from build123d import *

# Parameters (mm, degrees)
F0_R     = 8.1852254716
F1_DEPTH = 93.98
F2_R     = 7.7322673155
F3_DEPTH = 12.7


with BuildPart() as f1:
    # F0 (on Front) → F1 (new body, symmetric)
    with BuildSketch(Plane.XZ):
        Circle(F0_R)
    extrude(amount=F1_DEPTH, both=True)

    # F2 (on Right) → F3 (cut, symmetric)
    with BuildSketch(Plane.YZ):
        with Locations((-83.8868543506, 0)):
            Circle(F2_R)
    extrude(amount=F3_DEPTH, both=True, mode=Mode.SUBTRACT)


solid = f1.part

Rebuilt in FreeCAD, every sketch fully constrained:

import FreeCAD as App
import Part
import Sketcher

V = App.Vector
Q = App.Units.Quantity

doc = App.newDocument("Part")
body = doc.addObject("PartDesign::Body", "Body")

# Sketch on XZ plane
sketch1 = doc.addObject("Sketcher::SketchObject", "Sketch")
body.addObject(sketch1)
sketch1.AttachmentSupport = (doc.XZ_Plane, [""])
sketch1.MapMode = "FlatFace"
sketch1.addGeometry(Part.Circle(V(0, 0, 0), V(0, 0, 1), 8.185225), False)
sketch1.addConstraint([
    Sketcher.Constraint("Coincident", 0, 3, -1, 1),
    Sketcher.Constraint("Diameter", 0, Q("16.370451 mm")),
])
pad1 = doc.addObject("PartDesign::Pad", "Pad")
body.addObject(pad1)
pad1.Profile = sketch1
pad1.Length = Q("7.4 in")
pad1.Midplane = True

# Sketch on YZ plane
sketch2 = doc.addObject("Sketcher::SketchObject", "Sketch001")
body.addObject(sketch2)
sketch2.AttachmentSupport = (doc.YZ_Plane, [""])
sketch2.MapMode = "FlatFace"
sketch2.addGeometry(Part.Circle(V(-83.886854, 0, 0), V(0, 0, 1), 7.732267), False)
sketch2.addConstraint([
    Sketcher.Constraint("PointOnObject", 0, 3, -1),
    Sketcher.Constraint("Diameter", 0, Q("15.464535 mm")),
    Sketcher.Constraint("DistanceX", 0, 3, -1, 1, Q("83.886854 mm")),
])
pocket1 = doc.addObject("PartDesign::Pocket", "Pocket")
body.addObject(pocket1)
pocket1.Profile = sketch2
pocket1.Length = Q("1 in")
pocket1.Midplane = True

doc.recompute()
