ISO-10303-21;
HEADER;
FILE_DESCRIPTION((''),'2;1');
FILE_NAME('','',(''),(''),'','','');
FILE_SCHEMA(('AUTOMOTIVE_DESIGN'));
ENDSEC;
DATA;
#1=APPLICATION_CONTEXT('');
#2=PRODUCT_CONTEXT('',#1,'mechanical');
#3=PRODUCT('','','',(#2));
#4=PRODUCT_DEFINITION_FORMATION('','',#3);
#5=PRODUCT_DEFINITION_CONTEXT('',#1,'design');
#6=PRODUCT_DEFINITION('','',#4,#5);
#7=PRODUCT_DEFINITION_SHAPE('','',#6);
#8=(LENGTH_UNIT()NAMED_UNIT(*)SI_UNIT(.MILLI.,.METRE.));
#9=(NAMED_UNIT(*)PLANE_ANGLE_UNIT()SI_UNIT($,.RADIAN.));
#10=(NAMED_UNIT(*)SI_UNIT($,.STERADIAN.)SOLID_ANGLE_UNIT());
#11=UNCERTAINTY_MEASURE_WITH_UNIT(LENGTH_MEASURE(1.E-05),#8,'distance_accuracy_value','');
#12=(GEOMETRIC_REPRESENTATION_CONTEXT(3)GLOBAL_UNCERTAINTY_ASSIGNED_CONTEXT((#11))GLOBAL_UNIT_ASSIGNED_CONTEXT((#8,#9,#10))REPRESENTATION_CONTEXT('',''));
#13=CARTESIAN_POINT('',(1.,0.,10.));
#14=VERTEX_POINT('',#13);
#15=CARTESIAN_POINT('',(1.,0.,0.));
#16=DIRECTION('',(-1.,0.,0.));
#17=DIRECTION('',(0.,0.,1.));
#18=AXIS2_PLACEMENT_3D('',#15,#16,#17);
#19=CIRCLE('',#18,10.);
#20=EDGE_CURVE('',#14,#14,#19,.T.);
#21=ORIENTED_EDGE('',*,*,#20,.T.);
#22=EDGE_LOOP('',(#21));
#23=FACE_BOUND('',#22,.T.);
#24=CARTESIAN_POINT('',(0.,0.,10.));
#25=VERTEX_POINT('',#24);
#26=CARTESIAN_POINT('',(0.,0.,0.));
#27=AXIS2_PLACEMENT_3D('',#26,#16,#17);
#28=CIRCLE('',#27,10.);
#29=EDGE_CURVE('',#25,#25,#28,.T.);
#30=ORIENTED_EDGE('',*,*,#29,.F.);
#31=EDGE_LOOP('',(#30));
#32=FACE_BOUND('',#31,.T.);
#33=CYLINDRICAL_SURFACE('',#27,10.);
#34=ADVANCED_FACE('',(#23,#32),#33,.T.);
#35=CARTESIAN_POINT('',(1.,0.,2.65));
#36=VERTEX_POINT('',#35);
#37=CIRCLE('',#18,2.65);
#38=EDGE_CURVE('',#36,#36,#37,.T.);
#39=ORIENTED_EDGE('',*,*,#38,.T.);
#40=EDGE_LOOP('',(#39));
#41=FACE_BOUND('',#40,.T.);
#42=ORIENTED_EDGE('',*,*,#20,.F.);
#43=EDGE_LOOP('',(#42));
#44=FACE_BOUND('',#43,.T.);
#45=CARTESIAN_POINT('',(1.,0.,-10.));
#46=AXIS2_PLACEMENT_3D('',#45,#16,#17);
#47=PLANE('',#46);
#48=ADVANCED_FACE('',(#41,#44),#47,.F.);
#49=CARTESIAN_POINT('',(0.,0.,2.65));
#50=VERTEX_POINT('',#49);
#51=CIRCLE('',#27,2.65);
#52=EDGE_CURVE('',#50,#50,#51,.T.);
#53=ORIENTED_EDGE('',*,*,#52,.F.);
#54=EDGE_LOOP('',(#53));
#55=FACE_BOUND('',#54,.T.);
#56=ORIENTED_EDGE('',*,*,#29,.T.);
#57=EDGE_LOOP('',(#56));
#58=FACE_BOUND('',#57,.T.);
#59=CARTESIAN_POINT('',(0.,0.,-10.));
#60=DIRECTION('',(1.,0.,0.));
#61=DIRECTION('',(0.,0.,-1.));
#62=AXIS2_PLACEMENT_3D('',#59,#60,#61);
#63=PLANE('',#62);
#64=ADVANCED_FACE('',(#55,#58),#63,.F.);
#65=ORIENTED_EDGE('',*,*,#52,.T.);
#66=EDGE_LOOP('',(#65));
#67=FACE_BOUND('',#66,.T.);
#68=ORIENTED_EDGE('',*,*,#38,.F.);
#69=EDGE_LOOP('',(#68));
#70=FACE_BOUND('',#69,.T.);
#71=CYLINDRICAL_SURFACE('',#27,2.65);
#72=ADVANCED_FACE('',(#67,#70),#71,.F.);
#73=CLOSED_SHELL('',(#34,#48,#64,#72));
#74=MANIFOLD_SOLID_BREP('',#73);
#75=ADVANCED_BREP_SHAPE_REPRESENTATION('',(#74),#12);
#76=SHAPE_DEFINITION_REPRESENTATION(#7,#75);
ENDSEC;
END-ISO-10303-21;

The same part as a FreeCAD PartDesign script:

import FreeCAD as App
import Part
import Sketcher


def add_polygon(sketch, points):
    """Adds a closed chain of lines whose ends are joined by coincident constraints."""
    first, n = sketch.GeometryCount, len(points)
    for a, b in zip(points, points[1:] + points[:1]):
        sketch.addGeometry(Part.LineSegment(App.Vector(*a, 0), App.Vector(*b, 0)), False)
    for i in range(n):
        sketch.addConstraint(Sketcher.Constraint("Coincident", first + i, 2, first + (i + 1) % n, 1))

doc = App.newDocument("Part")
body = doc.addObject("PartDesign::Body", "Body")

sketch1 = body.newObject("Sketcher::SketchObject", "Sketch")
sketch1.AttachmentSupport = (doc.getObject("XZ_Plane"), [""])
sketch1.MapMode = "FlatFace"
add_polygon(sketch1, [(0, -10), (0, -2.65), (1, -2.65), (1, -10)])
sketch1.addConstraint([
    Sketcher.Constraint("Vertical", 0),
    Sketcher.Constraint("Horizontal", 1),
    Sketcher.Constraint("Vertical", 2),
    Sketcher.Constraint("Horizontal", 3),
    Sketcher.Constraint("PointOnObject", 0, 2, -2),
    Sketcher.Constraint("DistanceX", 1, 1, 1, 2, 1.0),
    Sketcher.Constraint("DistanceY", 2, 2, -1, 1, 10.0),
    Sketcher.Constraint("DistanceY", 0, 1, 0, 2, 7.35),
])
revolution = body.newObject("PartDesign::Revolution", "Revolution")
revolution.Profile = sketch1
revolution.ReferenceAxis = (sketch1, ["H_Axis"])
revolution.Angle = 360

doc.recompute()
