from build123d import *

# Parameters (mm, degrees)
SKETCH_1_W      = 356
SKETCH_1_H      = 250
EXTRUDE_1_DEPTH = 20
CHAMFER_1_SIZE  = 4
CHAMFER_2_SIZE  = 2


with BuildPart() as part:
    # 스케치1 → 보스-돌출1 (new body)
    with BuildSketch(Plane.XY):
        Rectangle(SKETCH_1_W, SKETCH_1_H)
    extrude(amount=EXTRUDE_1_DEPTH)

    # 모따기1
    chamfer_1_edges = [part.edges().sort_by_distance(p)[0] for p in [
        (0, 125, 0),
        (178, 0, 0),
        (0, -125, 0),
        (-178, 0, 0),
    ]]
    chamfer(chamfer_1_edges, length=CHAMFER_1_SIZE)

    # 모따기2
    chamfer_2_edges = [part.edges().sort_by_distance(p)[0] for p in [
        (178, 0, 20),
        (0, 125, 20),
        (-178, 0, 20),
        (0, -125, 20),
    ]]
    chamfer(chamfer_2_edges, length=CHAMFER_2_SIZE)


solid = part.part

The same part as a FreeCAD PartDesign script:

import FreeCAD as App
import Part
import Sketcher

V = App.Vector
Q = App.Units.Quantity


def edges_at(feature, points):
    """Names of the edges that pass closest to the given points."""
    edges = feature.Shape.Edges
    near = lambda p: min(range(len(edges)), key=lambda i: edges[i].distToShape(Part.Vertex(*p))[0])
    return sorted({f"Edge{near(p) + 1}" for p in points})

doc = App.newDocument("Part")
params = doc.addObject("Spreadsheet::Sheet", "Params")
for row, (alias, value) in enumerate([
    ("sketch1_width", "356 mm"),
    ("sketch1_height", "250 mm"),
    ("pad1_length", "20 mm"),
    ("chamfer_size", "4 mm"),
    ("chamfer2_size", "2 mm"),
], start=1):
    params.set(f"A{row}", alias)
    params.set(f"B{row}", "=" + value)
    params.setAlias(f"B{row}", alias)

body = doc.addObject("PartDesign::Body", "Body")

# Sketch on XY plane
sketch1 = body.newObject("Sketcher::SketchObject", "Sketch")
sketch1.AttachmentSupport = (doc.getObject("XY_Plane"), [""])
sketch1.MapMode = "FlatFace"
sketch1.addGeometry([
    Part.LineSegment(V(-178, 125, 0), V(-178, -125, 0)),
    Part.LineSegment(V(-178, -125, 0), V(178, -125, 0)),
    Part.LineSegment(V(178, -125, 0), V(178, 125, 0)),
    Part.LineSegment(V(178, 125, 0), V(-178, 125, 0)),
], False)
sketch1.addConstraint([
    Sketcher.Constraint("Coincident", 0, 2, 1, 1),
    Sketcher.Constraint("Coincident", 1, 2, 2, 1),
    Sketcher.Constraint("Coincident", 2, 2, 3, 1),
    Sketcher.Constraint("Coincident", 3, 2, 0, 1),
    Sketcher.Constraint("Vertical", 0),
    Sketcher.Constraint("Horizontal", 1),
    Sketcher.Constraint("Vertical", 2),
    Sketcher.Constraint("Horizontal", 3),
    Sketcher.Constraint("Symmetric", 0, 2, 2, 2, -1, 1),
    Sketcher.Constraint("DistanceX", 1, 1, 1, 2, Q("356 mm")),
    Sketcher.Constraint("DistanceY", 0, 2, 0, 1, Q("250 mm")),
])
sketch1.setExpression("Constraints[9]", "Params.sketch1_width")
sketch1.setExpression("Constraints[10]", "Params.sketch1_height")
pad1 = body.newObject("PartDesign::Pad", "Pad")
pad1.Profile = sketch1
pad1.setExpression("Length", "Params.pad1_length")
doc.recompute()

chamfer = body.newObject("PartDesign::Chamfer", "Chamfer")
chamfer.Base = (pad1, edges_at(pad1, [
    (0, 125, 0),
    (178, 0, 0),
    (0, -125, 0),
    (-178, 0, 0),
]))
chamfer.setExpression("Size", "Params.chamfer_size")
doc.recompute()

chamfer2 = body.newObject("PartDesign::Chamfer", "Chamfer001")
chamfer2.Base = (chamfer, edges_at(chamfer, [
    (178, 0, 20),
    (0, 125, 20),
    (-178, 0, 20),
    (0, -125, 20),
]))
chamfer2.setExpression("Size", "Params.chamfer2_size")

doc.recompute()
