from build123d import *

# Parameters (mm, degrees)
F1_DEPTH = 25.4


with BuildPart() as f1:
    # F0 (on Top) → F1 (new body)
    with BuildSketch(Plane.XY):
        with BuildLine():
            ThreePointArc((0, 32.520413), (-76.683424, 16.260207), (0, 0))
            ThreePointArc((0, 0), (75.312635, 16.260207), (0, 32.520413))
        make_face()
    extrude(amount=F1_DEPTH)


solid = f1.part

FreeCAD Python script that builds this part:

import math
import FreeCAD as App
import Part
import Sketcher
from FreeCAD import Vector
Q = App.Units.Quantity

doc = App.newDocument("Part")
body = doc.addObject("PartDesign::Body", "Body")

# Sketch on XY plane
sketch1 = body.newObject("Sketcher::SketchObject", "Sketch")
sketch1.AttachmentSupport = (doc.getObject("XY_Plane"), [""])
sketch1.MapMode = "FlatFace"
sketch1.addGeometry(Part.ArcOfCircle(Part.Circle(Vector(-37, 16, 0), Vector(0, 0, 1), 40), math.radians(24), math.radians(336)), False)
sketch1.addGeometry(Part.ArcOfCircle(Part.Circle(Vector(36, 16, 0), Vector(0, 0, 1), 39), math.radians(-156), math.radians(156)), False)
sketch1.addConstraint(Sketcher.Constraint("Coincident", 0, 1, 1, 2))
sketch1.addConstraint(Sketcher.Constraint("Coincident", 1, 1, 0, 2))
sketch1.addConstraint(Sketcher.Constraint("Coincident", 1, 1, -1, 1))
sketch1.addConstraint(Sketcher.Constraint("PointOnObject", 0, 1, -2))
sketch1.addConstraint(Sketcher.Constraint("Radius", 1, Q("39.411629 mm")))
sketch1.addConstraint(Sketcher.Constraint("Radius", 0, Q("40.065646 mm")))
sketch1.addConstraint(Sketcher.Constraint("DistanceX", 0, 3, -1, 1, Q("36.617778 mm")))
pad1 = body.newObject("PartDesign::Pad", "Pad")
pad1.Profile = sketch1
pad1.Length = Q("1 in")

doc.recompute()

□ □ □

◆ **Required work**:
Include the first line of the listing, the line with "#3=PRODUCT('','','',(#2));", and every line between them, each repeated exactly, and output only those.

◆ **Finished exercise**:
from build123d import *

# Parameters (mm, degrees)
F0_R     = 8.1852254716
F1_DEPTH = 93.98
F2_R     = 7.7322673155
F3_DEPTH = 12.7


with BuildPart() as f1:
    # F0 (on Front) → F1 (new body, symmetric)
    with BuildSketch(Plane.XZ):
        Circle(F0_R)
    extrude(amount=F1_DEPTH, both=True)

    # F2 (on Right) → F3 (cut, symmetric)
    with BuildSketch(Plane.YZ):
        with Locations((-83.8868543506, 0)):
            Circle(F2_R)
    extrude(amount=F3_DEPTH, both=True, mode=Mode.SUBTRACT)


solid = f1.part

Rebuilt in FreeCAD, every sketch fully constrained:

import FreeCAD as App
import Part
import Sketcher

V = App.Vector
Q = App.Units.Quantity

doc = App.newDocument("Part")
body = doc.addObject("PartDesign::Body", "Body")

# Sketch on XZ plane
sketch1 = doc.addObject("Sketcher::SketchObject", "Sketch")
body.addObject(sketch1)
sketch1.AttachmentSupport = (doc.XZ_Plane, [""])
sketch1.MapMode = "FlatFace"
sketch1.addGeometry(Part.Circle(V(0, 0, 0), V(0, 0, 1), 8.185225), False)
sketch1.addConstraint([
    Sketcher.Constraint("Coincident", 0, 3, -1, 1),
    Sketcher.Constraint("Diameter", 0, Q("16.370451 mm")),
])
pad1 = doc.addObject("PartDesign::Pad", "Pad")
body.addObject(pad1)
pad1.Profile = sketch1
pad1.Length = Q("7.4 in")
pad1.Midplane = True

# Sketch on YZ plane
sketch2 = doc.addObject("Sketcher::SketchObject", "Sketch001")
body.addObject(sketch2)
sketch2.AttachmentSupport = (doc.YZ_Plane, [""])
sketch2.MapMode = "FlatFace"
sketch2.addGeometry(Part.Circle(V(-83.886854, 0, 0), V(0, 0, 1), 7.732267), False)
sketch2.addConstraint([
    Sketcher.Constraint("PointOnObject", 0, 3, -1),
    Sketcher.Constraint("Diameter", 0, Q("15.464535 mm")),
    Sketcher.Constraint("DistanceX", 0, 3, -1, 1, Q("83.886854 mm")),
])
pocket1 = doc.addObject("PartDesign::Pocket", "Pocket")
body.addObject(pocket1)
pocket1.Profile = sketch2
pocket1.Length = Q("1 in")
pocket1.Midplane = True

doc.recompute()
ISO-10303-21;
HEADER;
FILE_DESCRIPTION((''),'2;1');
FILE_NAME('','',(''),(''),'','','');
FILE_SCHEMA(('AUTOMOTIVE_DESIGN'));
ENDSEC;
DATA;
#1=APPLICATION_CONTEXT('');
#2=PRODUCT_CONTEXT('',#1,'mechanical');
#3=PRODUCT('','','',(#2));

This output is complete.